(Beginning of Dataset records)

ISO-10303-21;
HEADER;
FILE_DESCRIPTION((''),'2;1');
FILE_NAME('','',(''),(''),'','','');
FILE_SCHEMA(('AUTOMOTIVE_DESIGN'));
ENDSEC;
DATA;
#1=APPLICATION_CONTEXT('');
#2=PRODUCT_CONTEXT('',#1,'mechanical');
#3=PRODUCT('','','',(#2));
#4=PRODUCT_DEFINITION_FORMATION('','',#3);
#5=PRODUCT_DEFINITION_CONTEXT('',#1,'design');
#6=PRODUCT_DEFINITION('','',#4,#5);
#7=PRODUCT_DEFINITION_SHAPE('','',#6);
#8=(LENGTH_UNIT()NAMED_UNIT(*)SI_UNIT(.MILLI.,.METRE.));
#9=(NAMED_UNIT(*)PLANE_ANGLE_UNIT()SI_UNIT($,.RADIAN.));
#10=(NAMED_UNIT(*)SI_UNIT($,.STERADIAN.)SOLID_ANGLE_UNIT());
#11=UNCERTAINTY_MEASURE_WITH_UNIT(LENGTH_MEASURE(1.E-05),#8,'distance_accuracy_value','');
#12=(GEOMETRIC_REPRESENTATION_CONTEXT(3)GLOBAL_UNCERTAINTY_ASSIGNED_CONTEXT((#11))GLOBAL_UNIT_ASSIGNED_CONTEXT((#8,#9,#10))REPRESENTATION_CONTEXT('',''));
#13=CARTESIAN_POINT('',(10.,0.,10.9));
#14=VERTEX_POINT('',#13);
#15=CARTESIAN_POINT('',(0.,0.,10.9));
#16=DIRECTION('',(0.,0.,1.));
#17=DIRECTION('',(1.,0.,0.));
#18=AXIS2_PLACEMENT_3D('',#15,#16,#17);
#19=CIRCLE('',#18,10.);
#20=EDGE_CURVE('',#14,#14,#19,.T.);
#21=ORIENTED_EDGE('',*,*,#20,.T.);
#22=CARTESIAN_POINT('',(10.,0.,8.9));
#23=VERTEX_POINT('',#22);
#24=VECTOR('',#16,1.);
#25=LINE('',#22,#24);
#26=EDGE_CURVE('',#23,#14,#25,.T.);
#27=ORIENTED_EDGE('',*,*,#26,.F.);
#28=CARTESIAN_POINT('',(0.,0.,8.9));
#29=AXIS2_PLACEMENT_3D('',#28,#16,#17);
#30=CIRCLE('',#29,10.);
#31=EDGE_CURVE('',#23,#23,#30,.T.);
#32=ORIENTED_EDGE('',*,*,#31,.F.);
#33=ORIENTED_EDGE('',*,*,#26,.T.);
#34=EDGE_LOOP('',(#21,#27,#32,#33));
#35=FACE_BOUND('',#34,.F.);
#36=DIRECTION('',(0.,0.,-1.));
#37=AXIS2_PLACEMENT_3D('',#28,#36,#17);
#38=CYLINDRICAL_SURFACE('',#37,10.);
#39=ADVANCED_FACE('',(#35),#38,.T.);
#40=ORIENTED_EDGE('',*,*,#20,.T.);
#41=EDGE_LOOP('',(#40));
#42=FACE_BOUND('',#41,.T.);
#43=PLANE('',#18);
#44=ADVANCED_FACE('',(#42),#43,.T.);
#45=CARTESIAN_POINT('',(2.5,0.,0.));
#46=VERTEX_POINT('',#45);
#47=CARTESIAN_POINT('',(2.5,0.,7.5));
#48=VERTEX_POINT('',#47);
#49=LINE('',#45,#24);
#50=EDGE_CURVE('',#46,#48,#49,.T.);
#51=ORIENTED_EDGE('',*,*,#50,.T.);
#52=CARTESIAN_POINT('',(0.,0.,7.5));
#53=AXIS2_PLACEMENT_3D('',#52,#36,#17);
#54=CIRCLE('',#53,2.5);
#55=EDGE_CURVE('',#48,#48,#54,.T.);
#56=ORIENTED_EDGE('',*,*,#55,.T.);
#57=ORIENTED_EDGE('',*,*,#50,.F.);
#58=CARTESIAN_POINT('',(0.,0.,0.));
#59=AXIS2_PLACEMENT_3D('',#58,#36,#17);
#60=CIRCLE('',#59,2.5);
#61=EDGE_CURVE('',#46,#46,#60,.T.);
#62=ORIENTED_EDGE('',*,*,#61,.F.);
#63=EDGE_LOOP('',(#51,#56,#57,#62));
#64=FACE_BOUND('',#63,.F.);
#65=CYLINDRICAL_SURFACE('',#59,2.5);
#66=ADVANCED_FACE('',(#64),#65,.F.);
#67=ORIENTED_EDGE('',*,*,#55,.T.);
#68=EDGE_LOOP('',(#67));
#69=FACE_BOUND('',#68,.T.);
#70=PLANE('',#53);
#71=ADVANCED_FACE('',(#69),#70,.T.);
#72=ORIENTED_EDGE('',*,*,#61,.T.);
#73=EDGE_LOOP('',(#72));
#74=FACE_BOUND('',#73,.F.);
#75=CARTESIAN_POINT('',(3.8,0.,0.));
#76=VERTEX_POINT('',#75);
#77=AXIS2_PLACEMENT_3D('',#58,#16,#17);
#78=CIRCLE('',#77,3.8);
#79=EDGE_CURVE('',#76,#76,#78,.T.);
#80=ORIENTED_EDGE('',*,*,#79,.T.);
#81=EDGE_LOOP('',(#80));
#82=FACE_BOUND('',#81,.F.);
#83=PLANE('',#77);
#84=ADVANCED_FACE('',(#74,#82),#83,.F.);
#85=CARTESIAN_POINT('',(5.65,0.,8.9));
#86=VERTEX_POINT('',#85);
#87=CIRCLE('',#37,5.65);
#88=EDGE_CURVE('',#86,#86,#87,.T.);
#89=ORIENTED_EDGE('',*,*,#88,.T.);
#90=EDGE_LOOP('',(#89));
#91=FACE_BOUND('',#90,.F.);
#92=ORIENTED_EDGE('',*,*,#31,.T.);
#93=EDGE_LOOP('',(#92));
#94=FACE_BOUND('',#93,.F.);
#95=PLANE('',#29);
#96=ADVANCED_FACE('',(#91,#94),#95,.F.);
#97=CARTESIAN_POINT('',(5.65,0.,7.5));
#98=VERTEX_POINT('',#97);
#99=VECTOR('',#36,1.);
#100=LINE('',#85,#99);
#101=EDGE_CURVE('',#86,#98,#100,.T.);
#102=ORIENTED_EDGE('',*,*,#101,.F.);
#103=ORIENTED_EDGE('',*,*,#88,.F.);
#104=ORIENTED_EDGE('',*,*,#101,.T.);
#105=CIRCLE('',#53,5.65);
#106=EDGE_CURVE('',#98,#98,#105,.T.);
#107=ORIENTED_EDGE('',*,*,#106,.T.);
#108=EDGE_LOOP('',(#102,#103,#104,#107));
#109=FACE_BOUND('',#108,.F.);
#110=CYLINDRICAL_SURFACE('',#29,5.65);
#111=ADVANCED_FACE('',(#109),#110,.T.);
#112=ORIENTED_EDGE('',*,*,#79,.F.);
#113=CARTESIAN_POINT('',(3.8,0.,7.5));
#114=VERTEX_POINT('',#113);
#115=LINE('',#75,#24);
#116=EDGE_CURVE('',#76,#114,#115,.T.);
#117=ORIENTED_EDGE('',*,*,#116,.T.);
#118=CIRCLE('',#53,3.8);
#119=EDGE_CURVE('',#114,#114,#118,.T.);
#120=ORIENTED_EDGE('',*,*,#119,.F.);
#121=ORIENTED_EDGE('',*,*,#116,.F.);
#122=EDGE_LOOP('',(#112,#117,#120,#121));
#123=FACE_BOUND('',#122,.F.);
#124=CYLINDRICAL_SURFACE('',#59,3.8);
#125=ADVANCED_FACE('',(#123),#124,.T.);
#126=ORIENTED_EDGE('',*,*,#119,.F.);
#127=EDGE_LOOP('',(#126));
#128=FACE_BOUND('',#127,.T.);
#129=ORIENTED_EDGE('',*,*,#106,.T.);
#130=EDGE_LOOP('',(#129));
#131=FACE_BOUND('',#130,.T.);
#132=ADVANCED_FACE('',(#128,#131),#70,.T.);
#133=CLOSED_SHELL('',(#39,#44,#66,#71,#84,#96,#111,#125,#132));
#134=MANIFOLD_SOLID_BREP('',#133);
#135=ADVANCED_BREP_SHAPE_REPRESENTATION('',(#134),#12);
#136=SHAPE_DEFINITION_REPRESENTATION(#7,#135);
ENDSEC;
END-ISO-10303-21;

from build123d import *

# Parameters (mm, degrees)
F0_R     = 3.8
F1_DEPTH = 8.9
F2_R     = 10
F3_DEPTH = 2
F4_R     = 2.5
F5_DEPTH = 8.3
F6_R     = 5.65
F7_DEPTH = 1.4


with BuildPart() as f1:
    # F0 (on Top) → F1 (new body)
    with BuildSketch(Plane.XY):
        Circle(F0_R)
    extrude(amount=F1_DEPTH)

    # F2 (on face) → F3 (join)
    with BuildSketch(Plane.XY.offset(8.9)):
        Circle(F2_R)
    extrude(amount=F3_DEPTH)

    # F4 (on face) → F5 (cut)
    with BuildSketch(Plane(origin=(0, 0, 0), x_dir=(1, 0, 0), z_dir=(0, 0, -1))):
        Circle(F4_R)
    extrude(amount=-F5_DEPTH, mode=Mode.SUBTRACT)

    # F6 (on face) → F7 (join)
    with BuildSketch(Plane(origin=(0, 0, 8.9), x_dir=(1, 0, 0), z_dir=(0, 0, -1))):
        Circle(F6_R)
    extrude(amount=F7_DEPTH)


solid = f1.part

(End of Dataset records)

Using the records above, set down exactly the lines from the one with "#107=ORIENTED_EDGE('',*,*,#106,.T.);" through the one with "#135=ADVANCED_BREP_SHAPE_REPRESENTATION('',(#134),#12);", inclusive, and nothing more.

#107=ORIENTED_EDGE('',*,*,#106,.T.);
#108=EDGE_LOOP('',(#102,#103,#104,#107));
#109=FACE_BOUND('',#108,.F.);
#110=CYLINDRICAL_SURFACE('',#29,5.65);
#111=ADVANCED_FACE('',(#109),#110,.T.);
#112=ORIENTED_EDGE('',*,*,#79,.F.);
#113=CARTESIAN_POINT('',(3.8,0.,7.5));
#114=VERTEX_POINT('',#113);
#115=LINE('',#75,#24);
#116=EDGE_CURVE('',#76,#114,#115,.T.);
#117=ORIENTED_EDGE('',*,*,#116,.T.);
#118=CIRCLE('',#53,3.8);
#119=EDGE_CURVE('',#114,#114,#118,.T.);
#120=ORIENTED_EDGE('',*,*,#119,.F.);
#121=ORIENTED_EDGE('',*,*,#116,.F.);
#122=EDGE_LOOP('',(#112,#117,#120,#121));
#123=FACE_BOUND('',#122,.F.);
#124=CYLINDRICAL_SURFACE('',#59,3.8);
#125=ADVANCED_FACE('',(#123),#124,.T.);
#126=ORIENTED_EDGE('',*,*,#119,.F.);
#127=EDGE_LOOP('',(#126));
#128=FACE_BOUND('',#127,.T.);
#129=ORIENTED_EDGE('',*,*,#106,.T.);
#130=EDGE_LOOP('',(#129));
#131=FACE_BOUND('',#130,.T.);
#132=ADVANCED_FACE('',(#128,#131),#70,.T.);
#133=CLOSED_SHELL('',(#39,#44,#66,#71,#84,#96,#111,#125,#132));
#134=MANIFOLD_SOLID_BREP('',#133);
#135=ADVANCED_BREP_SHAPE_REPRESENTATION('',(#134),#12);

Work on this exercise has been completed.